[Stored data entries]
>>>
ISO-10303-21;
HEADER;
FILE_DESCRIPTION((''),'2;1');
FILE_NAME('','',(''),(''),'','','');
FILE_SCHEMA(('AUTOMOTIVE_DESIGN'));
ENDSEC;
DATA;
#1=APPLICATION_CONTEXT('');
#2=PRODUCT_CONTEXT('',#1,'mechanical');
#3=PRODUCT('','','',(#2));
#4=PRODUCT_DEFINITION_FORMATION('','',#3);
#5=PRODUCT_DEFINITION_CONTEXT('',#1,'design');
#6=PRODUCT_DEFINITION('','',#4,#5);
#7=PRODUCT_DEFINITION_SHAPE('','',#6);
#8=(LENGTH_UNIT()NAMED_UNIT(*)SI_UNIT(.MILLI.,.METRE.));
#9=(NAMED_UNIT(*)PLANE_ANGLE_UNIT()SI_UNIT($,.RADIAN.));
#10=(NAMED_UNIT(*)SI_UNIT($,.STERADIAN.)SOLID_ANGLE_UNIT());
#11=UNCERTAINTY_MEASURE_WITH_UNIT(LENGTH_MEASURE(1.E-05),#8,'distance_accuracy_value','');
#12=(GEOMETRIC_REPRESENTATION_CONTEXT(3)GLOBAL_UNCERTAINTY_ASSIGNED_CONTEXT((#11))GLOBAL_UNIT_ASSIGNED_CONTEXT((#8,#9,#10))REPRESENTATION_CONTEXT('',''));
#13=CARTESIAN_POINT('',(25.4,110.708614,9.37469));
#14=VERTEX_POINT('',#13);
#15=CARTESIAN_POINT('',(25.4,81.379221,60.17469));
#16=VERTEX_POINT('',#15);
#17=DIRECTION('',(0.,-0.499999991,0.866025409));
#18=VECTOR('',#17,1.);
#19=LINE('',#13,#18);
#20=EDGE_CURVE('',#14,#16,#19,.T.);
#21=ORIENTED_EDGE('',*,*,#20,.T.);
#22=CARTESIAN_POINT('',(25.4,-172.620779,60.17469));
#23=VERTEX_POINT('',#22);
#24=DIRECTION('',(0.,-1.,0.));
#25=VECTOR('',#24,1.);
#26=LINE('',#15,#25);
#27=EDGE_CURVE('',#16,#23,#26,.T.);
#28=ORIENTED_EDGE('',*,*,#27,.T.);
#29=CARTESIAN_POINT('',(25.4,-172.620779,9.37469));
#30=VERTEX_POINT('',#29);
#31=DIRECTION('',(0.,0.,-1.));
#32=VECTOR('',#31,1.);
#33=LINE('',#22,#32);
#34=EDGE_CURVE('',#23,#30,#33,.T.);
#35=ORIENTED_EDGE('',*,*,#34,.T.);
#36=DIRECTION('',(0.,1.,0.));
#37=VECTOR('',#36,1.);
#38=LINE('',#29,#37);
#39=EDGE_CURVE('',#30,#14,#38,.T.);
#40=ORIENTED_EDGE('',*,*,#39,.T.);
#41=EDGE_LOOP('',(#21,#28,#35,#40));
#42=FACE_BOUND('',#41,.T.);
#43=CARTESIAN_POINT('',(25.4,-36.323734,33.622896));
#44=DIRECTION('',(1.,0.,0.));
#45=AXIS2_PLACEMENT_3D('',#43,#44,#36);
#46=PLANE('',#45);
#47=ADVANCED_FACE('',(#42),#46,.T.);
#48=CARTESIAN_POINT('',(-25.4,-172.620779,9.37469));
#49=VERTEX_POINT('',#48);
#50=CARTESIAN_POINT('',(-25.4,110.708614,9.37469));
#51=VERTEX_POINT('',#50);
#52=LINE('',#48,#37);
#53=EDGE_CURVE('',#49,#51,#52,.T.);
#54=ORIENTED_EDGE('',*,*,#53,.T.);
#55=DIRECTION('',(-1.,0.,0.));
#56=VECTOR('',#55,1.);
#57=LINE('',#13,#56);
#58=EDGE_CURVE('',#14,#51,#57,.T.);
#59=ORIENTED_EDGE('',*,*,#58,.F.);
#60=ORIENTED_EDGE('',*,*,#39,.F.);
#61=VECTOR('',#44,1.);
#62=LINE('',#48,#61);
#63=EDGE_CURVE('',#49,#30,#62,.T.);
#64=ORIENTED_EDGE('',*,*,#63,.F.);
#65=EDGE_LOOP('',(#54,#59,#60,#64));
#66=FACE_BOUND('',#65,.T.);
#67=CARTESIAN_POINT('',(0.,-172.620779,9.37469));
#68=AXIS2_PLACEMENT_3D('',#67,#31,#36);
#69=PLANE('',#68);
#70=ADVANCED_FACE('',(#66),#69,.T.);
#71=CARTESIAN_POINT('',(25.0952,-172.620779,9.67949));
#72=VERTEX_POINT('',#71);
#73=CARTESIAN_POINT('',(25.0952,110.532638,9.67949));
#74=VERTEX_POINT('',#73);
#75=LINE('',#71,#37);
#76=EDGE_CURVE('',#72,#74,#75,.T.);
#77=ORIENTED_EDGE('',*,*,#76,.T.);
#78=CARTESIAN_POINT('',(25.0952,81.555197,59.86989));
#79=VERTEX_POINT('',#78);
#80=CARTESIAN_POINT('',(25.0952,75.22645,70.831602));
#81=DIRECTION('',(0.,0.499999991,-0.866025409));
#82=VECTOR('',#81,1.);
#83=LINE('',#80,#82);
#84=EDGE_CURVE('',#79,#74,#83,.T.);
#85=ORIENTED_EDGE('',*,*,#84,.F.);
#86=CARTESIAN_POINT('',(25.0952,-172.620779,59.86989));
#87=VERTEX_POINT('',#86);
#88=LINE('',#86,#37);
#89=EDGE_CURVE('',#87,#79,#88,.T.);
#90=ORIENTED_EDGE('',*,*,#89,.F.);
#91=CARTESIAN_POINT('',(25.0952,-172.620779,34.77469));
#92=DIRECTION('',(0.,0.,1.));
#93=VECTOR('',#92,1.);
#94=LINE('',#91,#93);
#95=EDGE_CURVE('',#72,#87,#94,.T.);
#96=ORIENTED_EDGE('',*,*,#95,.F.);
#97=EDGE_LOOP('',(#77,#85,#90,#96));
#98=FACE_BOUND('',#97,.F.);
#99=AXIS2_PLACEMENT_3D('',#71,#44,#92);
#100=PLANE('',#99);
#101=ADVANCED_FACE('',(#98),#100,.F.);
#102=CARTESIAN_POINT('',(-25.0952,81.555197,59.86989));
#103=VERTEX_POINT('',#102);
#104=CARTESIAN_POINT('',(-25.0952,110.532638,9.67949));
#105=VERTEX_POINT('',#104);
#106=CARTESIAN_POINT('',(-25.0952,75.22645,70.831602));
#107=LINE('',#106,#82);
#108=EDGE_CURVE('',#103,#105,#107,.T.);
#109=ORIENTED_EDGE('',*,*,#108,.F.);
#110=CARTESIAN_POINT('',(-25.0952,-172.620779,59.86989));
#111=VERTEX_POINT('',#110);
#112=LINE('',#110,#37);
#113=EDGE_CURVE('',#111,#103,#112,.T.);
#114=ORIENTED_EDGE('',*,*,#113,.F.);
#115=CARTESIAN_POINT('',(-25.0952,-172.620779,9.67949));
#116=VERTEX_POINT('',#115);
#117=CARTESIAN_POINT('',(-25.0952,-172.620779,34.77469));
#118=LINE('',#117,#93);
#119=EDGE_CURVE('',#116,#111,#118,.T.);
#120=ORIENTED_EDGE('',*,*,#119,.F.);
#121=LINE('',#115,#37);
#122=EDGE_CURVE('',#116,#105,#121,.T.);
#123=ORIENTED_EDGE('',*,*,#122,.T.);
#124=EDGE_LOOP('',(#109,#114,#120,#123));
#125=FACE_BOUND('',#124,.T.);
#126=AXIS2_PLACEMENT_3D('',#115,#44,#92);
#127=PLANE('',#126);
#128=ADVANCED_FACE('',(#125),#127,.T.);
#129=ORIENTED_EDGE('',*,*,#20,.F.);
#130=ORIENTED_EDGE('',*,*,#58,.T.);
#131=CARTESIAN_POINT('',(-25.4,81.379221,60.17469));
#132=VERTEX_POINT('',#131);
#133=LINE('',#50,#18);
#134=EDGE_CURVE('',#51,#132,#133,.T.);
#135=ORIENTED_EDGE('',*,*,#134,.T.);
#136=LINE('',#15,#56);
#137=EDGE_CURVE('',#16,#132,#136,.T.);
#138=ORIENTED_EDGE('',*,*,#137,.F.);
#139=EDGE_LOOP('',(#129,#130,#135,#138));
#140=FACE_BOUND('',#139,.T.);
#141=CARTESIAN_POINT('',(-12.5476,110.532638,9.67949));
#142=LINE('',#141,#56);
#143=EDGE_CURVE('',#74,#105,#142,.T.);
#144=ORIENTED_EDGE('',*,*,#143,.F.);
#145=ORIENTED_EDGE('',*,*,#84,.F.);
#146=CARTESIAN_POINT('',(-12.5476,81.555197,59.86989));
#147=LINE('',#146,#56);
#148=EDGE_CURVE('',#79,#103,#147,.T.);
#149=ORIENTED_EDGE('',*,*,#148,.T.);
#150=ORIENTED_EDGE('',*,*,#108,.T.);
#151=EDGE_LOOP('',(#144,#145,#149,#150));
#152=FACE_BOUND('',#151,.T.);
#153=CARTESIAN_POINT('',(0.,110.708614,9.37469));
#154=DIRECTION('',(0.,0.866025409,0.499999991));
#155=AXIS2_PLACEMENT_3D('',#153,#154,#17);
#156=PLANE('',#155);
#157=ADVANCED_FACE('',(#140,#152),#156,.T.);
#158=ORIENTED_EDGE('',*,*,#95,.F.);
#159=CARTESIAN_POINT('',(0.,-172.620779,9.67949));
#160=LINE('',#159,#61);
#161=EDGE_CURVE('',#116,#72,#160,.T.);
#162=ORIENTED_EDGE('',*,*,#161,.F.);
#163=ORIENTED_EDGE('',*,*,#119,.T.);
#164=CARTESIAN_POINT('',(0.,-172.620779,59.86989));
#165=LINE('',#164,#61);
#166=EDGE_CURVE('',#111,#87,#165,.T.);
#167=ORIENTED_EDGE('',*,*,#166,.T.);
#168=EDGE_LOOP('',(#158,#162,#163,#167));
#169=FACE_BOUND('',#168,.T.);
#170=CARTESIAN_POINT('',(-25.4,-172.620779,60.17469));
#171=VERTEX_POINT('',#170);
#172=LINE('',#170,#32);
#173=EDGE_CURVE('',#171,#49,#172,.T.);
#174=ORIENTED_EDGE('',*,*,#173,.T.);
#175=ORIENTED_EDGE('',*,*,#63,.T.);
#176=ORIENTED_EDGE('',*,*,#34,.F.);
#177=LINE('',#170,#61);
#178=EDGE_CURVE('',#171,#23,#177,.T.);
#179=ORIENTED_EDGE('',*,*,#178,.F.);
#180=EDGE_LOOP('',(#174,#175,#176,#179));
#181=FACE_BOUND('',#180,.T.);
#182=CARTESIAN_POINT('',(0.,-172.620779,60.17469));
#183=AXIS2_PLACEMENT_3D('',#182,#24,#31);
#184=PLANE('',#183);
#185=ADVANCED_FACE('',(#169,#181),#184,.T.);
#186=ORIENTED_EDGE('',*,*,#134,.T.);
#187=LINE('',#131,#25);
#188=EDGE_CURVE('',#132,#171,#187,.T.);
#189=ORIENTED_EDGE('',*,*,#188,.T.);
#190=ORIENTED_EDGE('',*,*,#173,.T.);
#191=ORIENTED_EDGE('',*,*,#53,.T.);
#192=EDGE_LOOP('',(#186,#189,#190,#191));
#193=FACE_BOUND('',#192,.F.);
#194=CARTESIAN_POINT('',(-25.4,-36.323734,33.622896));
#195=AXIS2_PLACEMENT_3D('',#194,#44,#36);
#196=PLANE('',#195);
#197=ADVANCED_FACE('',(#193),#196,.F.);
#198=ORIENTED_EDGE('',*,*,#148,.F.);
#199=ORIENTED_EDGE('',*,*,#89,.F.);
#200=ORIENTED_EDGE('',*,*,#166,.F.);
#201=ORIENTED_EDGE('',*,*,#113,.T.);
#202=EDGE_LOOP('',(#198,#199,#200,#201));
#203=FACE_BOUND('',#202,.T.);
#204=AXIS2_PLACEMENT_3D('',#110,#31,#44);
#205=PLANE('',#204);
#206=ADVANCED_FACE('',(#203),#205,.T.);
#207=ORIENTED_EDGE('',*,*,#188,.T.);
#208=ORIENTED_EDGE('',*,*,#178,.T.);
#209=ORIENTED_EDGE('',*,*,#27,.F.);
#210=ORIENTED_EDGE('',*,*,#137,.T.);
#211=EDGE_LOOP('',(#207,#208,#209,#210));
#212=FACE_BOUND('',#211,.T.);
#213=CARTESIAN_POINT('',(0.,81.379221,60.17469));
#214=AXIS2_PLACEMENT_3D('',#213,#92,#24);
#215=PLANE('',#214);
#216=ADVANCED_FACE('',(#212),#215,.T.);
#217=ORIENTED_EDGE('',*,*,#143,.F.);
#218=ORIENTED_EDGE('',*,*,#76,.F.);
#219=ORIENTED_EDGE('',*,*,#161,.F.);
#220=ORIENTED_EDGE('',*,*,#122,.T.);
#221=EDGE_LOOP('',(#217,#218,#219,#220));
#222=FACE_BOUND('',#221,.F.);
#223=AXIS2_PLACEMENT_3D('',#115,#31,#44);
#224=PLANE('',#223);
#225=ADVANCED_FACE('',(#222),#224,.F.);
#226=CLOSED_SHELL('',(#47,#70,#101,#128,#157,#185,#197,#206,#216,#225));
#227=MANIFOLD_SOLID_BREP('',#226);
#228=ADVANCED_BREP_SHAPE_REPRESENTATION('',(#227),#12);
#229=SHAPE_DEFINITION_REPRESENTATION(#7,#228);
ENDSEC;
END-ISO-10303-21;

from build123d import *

# Parameters (mm, degrees)
F1_DEPTH = 25.4
F2_W     = 50.1904
F2_H     = 50.1904
F3_DEPTH = 283.330394


with BuildPart() as f1:
    # F0 (on Right) → F1 (new body, symmetric)
    with BuildSketch(Plane.YZ):
        Polygon((81.379221, 60.17469), (-172.620779, 60.17469), (-172.620779, 9.37469), (110.708614, 9.37469), align=None)
    extrude(amount=F1_DEPTH, both=True)

    # F2 (on face) → F3 (cut, through all)
    with BuildSketch(Plane.XZ.offset(172.620779)):
        with Locations((0, 34.77469)):
            Rectangle(F2_W, F2_H)
    extrude(amount=-F3_DEPTH, mode=Mode.SUBTRACT)


solid = f1.part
<<<
## GOAL OF THE EXERCISE
Output nothing but the lines from the one with "#212=FACE_BOUND('',#211,.T.);" through the last line above, each exactly as it stands.

## SOLUTION TO THIS EXERCISE
#212=FACE_BOUND('',#211,.T.);
#213=CARTESIAN_POINT('',(0.,81.379221,60.17469));
#214=AXIS2_PLACEMENT_3D('',#213,#92,#24);
#215=PLANE('',#214);
#216=ADVANCED_FACE('',(#212),#215,.T.);
#217=ORIENTED_EDGE('',*,*,#143,.F.);
#218=ORIENTED_EDGE('',*,*,#76,.F.);
#219=ORIENTED_EDGE('',*,*,#161,.F.);
#220=ORIENTED_EDGE('',*,*,#122,.T.);
#221=EDGE_LOOP('',(#217,#218,#219,#220));
#222=FACE_BOUND('',#221,.F.);
#223=AXIS2_PLACEMENT_3D('',#115,#31,#44);
#224=PLANE('',#223);
#225=ADVANCED_FACE('',(#222),#224,.F.);
#226=CLOSED_SHELL('',(#47,#70,#101,#128,#157,#185,#197,#206,#216,#225));
#227=MANIFOLD_SOLID_BREP('',#226);
#228=ADVANCED_BREP_SHAPE_REPRESENTATION('',(#227),#12);
#229=SHAPE_DEFINITION_REPRESENTATION(#7,#228);
ENDSEC;
END-ISO-10303-21;

from build123d import *

# Parameters (mm, degrees)
F1_DEPTH = 25.4
F2_W     = 50.1904
F2_H     = 50.1904
F3_DEPTH = 283.330394


with BuildPart() as f1:
    # F0 (on Right) → F1 (new body, symmetric)
    with BuildSketch(Plane.YZ):
        Polygon((81.379221, 60.17469), (-172.620779, 60.17469), (-172.620779, 9.37469), (110.708614, 9.37469), align=None)
    extrude(amount=F1_DEPTH, both=True)

    # F2 (on face) → F3 (cut, through all)
    with BuildSketch(Plane.XZ.offset(172.620779)):
        with Locations((0, 34.77469)):
            Rectangle(F2_W, F2_H)
    extrude(amount=-F3_DEPTH, mode=Mode.SUBTRACT)


solid = f1.part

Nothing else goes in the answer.